- [What the task asks]
The response should consist of the records, reproduced exactly.

#### Recorded information

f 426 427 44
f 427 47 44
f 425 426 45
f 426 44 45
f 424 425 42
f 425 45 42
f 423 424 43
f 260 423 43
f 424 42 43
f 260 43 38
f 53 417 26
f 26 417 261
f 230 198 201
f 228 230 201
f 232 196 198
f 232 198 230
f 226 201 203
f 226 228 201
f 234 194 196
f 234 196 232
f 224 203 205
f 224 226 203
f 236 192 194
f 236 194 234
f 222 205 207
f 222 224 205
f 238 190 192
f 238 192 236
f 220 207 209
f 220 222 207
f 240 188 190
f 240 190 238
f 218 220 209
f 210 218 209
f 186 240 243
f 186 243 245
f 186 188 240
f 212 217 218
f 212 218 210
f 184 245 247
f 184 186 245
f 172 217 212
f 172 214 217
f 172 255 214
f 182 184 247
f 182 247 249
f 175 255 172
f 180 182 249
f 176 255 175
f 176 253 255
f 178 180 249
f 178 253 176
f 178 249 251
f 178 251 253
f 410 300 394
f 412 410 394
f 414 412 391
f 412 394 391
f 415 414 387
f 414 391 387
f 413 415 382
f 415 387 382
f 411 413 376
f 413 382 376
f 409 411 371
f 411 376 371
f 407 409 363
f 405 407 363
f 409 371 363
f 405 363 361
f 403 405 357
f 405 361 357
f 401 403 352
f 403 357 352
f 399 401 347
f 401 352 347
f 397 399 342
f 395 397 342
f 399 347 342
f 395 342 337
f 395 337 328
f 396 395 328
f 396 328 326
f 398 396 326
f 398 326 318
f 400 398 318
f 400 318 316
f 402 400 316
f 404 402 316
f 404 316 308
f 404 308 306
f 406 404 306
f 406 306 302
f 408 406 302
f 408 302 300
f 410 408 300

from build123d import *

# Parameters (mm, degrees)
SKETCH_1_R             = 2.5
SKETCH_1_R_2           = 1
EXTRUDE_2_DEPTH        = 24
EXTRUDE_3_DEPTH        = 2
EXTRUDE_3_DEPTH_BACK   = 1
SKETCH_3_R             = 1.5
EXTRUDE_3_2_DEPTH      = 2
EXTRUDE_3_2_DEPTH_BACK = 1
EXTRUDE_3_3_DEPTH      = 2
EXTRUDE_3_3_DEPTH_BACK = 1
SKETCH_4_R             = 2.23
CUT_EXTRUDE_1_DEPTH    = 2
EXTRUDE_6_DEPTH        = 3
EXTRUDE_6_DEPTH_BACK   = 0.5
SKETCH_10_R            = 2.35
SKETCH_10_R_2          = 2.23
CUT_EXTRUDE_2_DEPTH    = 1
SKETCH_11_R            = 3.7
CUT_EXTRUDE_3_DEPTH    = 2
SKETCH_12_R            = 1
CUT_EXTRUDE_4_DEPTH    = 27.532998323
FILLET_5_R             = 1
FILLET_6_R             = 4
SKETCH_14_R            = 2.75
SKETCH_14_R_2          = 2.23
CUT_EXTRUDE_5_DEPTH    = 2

########

- [Response below]
f 426 427 44
f 427 47 44
f 425 426 45
f 426 44 45
f 424 425 42
f 425 45 42
f 423 424 43
f 260 423 43
f 424 42 43
f 260 43 38
f 53 417 26
f 26 417 261
f 230 198 201
f 228 230 201
f 232 196 198
f 232 198 230
f 226 201 203
f 226 228 201
f 234 194 196
f 234 196 232
f 224 203 205
f 224 226 203
f 236 192 194
f 236 194 234
f 222 205 207
f 222 224 205
f 238 190 192
f 238 192 236
f 220 207 209
f 220 222 207
f 240 188 190
f 240 190 238
f 218 220 209
f 210 218 209
f 186 240 243
f 186 243 245
f 186 188 240
f 212 217 218
f 212 218 210
f 184 245 247
f 184 186 245
f 172 217 212
f 172 214 217
f 172 255 214
f 182 184 247
f 182 247 249
f 175 255 172
f 180 182 249
f 176 255 175
f 176 253 255
f 178 180 249
f 178 253 176
f 178 249 251
f 178 251 253
f 410 300 394
f 412 410 394
f 414 412 391
f 412 394 391
f 415 414 387
f 414 391 387
f 413 415 382
f 415 387 382
f 411 413 376
f 413 382 376
f 409 411 371
f 411 376 371
f 407 409 363
f 405 407 363
f 409 371 363
f 405 363 361
f 403 405 357
f 405 361 357
f 401 403 352
f 403 357 352
f 399 401 347
f 401 352 347
f 397 399 342
f 395 397 342
f 399 347 342
f 395 342 337
f 395 337 328
f 396 395 328
f 396 328 326
f 398 396 326
f 398 326 318
f 400 398 318
f 400 318 316
f 402 400 316
f 404 402 316
f 404 316 308
f 404 308 306
f 406 404 306
f 406 306 302
f 408 406 302
f 408 302 300
f 410 408 300

from build123d import *

# Parameters (mm, degrees)
SKETCH_1_R             = 2.5
SKETCH_1_R_2           = 1
EXTRUDE_2_DEPTH        = 24
EXTRUDE_3_DEPTH        = 2
EXTRUDE_3_DEPTH_BACK   = 1
SKETCH_3_R             = 1.5
EXTRUDE_3_2_DEPTH      = 2
EXTRUDE_3_2_DEPTH_BACK = 1
EXTRUDE_3_3_DEPTH      = 2
EXTRUDE_3_3_DEPTH_BACK = 1
SKETCH_4_R             = 2.23
CUT_EXTRUDE_1_DEPTH    = 2
EXTRUDE_6_DEPTH        = 3
EXTRUDE_6_DEPTH_BACK   = 0.5
SKETCH_10_R            = 2.35
SKETCH_10_R_2          = 2.23
CUT_EXTRUDE_2_DEPTH    = 1
SKETCH_11_R            = 3.7
CUT_EXTRUDE_3_DEPTH    = 2
SKETCH_12_R            = 1
CUT_EXTRUDE_4_DEPTH    = 27.532998323
FILLET_5_R             = 1
FILLET_6_R             = 4
SKETCH_14_R            = 2.75
SKETCH_14_R_2          = 2.23
CUT_EXTRUDE_5_DEPTH    = 2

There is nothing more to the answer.